A tree is basically a spanning linked list. It can have multiple "next" nodes. You treat it slightly different in that you need to recursively apply everything to all the nexts, not just one. There are also ideas like height and such behind it too...

Courtesy of http://courses.washington.edu/hypertxt/cgi-bin/12.228.185.206/html/maps/maps.html

One of the interesting things to note about a tree is that it is inductively a tree. What that means is that a tree is a tree at a node if all the children under it are also trees, called subtrees. Even if it is just a leaf, it is still a tree because of the definition.

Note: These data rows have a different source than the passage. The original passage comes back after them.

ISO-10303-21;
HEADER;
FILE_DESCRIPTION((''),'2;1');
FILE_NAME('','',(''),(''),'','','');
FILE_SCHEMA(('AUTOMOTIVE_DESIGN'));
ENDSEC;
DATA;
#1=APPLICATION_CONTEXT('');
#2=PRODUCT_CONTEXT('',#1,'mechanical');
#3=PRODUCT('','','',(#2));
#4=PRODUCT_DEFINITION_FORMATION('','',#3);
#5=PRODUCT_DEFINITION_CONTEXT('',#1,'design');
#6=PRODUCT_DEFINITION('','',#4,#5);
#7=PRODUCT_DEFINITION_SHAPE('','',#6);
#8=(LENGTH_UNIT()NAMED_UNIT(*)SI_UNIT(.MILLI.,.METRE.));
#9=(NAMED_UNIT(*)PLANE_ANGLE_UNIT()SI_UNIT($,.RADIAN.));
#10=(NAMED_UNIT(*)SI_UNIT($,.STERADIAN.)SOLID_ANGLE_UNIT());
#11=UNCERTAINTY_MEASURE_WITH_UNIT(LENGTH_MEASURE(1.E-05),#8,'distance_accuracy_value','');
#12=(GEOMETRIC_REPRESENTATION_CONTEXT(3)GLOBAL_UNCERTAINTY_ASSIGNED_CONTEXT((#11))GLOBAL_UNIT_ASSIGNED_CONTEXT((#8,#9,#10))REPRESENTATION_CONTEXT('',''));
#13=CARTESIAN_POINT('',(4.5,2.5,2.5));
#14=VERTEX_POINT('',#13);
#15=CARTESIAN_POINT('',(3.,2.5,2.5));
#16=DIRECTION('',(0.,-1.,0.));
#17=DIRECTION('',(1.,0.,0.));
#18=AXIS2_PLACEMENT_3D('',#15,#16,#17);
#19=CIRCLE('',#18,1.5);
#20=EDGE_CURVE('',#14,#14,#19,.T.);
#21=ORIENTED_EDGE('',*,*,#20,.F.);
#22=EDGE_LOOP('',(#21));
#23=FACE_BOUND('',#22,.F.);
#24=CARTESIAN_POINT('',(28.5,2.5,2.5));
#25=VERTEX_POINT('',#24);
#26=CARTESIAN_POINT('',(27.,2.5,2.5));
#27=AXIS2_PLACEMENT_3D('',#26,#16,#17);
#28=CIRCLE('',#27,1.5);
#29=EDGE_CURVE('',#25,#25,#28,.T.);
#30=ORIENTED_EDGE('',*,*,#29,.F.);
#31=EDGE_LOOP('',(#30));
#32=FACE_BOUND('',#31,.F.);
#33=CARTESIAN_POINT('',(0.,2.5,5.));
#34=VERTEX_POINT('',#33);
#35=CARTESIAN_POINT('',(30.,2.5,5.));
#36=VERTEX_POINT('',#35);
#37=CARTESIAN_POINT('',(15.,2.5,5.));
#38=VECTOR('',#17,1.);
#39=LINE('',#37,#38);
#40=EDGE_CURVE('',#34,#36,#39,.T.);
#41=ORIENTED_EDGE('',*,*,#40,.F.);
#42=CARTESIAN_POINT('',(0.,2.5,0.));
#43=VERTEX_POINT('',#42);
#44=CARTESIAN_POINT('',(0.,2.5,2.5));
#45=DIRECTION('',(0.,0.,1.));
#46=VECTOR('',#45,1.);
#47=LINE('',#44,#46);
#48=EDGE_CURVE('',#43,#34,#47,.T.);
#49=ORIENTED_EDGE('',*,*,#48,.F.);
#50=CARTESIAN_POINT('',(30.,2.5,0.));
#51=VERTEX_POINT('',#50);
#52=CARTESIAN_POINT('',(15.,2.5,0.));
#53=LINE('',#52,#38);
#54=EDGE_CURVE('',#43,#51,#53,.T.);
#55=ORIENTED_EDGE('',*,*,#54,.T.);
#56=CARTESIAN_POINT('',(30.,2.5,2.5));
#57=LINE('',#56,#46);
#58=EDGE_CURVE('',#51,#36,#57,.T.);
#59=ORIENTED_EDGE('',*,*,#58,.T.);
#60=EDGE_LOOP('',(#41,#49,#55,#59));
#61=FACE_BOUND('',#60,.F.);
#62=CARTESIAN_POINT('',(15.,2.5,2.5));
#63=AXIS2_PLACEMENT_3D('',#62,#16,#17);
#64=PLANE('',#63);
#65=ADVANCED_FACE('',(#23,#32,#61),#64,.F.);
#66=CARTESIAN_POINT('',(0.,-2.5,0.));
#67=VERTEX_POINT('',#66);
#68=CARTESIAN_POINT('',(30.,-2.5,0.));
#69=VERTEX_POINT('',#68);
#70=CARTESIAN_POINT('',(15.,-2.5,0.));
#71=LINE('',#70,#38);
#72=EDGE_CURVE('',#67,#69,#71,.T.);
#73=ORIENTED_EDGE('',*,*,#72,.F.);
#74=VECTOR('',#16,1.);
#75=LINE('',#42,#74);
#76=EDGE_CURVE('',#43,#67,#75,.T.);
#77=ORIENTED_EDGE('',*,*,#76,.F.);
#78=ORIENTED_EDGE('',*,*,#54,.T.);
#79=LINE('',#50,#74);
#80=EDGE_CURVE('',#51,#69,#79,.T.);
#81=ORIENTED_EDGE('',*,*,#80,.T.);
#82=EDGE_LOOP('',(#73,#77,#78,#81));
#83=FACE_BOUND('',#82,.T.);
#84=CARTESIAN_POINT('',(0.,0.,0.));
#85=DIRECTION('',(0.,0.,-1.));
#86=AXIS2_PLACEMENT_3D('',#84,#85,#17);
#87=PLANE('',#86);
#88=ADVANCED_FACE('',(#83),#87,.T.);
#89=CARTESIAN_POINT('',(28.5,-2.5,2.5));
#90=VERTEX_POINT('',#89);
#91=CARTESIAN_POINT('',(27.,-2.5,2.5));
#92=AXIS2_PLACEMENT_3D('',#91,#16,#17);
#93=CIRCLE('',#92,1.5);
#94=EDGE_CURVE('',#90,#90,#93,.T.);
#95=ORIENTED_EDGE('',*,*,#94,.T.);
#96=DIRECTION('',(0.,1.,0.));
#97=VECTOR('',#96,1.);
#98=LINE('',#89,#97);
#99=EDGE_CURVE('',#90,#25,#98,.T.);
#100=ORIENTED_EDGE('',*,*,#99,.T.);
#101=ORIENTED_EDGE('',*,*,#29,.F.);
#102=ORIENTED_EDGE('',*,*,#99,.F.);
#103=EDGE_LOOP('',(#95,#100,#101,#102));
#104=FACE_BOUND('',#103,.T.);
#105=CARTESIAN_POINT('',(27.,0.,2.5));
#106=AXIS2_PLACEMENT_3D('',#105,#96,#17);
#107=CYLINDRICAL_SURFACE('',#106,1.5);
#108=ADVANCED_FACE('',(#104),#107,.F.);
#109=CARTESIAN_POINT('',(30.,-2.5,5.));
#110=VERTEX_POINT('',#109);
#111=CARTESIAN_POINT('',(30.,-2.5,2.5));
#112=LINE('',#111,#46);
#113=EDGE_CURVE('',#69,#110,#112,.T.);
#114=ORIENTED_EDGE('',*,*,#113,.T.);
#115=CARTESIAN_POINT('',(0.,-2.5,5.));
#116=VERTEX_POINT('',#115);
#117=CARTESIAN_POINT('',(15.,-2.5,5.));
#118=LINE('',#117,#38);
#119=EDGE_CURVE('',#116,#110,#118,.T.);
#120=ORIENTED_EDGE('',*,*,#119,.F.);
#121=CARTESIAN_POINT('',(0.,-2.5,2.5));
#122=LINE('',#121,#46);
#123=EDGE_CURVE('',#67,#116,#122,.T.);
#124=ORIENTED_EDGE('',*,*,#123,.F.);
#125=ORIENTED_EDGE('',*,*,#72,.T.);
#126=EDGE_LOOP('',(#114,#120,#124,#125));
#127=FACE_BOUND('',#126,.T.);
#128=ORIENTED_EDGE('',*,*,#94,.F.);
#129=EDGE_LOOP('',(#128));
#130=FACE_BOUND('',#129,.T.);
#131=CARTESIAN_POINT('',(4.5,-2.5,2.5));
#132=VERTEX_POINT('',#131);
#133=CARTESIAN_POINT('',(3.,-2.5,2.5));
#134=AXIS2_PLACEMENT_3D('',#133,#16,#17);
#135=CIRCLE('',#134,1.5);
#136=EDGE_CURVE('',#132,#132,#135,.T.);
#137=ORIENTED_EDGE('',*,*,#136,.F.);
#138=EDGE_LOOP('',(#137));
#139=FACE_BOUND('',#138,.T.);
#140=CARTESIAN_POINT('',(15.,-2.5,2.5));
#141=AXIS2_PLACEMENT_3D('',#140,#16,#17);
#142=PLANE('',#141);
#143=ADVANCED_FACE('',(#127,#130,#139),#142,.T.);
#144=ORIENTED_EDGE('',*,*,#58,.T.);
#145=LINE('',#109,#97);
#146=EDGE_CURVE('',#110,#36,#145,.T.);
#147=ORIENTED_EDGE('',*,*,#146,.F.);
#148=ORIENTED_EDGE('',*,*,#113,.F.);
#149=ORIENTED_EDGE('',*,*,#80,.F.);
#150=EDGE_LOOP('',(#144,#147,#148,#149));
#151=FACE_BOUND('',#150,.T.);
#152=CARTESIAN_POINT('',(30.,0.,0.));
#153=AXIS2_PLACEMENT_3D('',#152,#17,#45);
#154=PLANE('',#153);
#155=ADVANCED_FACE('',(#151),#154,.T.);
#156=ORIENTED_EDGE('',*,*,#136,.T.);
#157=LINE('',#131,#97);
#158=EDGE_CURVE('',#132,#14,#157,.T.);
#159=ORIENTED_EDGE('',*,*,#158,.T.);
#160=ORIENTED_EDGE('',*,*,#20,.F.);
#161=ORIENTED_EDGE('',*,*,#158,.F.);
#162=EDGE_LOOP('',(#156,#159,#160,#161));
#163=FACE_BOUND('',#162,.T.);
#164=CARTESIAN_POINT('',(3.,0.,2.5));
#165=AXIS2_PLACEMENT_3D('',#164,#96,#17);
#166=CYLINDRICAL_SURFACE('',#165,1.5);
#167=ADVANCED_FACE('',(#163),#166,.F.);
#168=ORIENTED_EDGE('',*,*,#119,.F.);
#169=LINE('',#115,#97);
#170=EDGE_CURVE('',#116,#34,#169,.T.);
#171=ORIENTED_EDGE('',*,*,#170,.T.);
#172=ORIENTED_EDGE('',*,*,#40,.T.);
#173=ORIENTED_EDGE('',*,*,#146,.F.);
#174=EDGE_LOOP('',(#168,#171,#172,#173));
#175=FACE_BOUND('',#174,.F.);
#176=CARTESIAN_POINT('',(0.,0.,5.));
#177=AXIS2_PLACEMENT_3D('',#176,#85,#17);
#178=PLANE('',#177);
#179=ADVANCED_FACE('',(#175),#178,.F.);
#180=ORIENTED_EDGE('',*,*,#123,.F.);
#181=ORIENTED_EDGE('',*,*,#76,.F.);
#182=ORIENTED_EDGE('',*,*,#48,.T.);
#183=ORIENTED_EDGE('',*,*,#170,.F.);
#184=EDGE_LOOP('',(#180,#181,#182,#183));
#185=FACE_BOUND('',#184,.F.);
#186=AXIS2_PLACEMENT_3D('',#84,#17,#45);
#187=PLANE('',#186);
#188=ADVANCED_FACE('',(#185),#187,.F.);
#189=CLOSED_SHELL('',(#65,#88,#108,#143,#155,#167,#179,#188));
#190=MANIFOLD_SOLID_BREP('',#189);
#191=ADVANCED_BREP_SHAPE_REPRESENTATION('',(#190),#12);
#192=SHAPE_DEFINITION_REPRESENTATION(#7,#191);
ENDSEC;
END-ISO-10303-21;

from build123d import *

# Parameters (mm, degrees)
F0_W     = 30
F0_H     = 5
F0_R     = 1.5
F1_DEPTH = 2.5


with BuildPart() as f1:
    # F0 (on Front) → F1 (new body, symmetric)
    with BuildSketch(Plane.XZ):
        with Locations((15, 2.5)):
            Rectangle(F0_W, F0_H)
        with Locations((3, 2.5)):
            Circle(F0_R, mode=Mode.SUBTRACT)
        with Locations((27, 2.5)):
            Circle(F0_R, mode=Mode.SUBTRACT)
    extrude(amount=F1_DEPTH, both=True)


solid = f1.part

Do note that a tree doesn't have loops... if it does it becomes a graph. A child may have more than one parent but a child can't be the parent of its parent (definition of a loop).

IV. Tree Code

import java.util.ArrayList;


public class TreeNode {
    private ArrayList<TreeNode> children;
    private Object data;


    public ArrayList<TreeNode> getChildren() {
        return children;
    }

    public void setChildren(ArrayList<TreeNode> children) {
        this.children = children;
    }
    public Object getData() {
        return data;
    }
    public void setData(Object data) {
        this.data = data;
    }

   
    // inductively finds the size of the tree
    public int size() {
        // this insures that the size is at least 1
        int s = 1;
        for (int i = 0; i<children.size(); i++)
            // adds all subsequent children's size onto itself... trees are inductively trees from subtrees,
            //  which are children
            s += children.get(i).size();
        return s;
    }
   
    // inductively finds the max height of the tree
    public int height() {
        // always starts with height of 0
        int maxH = 0;
       
        for (int i = 0; i<children.size(); i++)
            // finds the max height, which is the height of the children + 1,
            // since going down increments the height
            if (children.get(i).height()+1 > maxH)
                maxH = children.get(i).height()+1;
       
        return maxH;
    }
}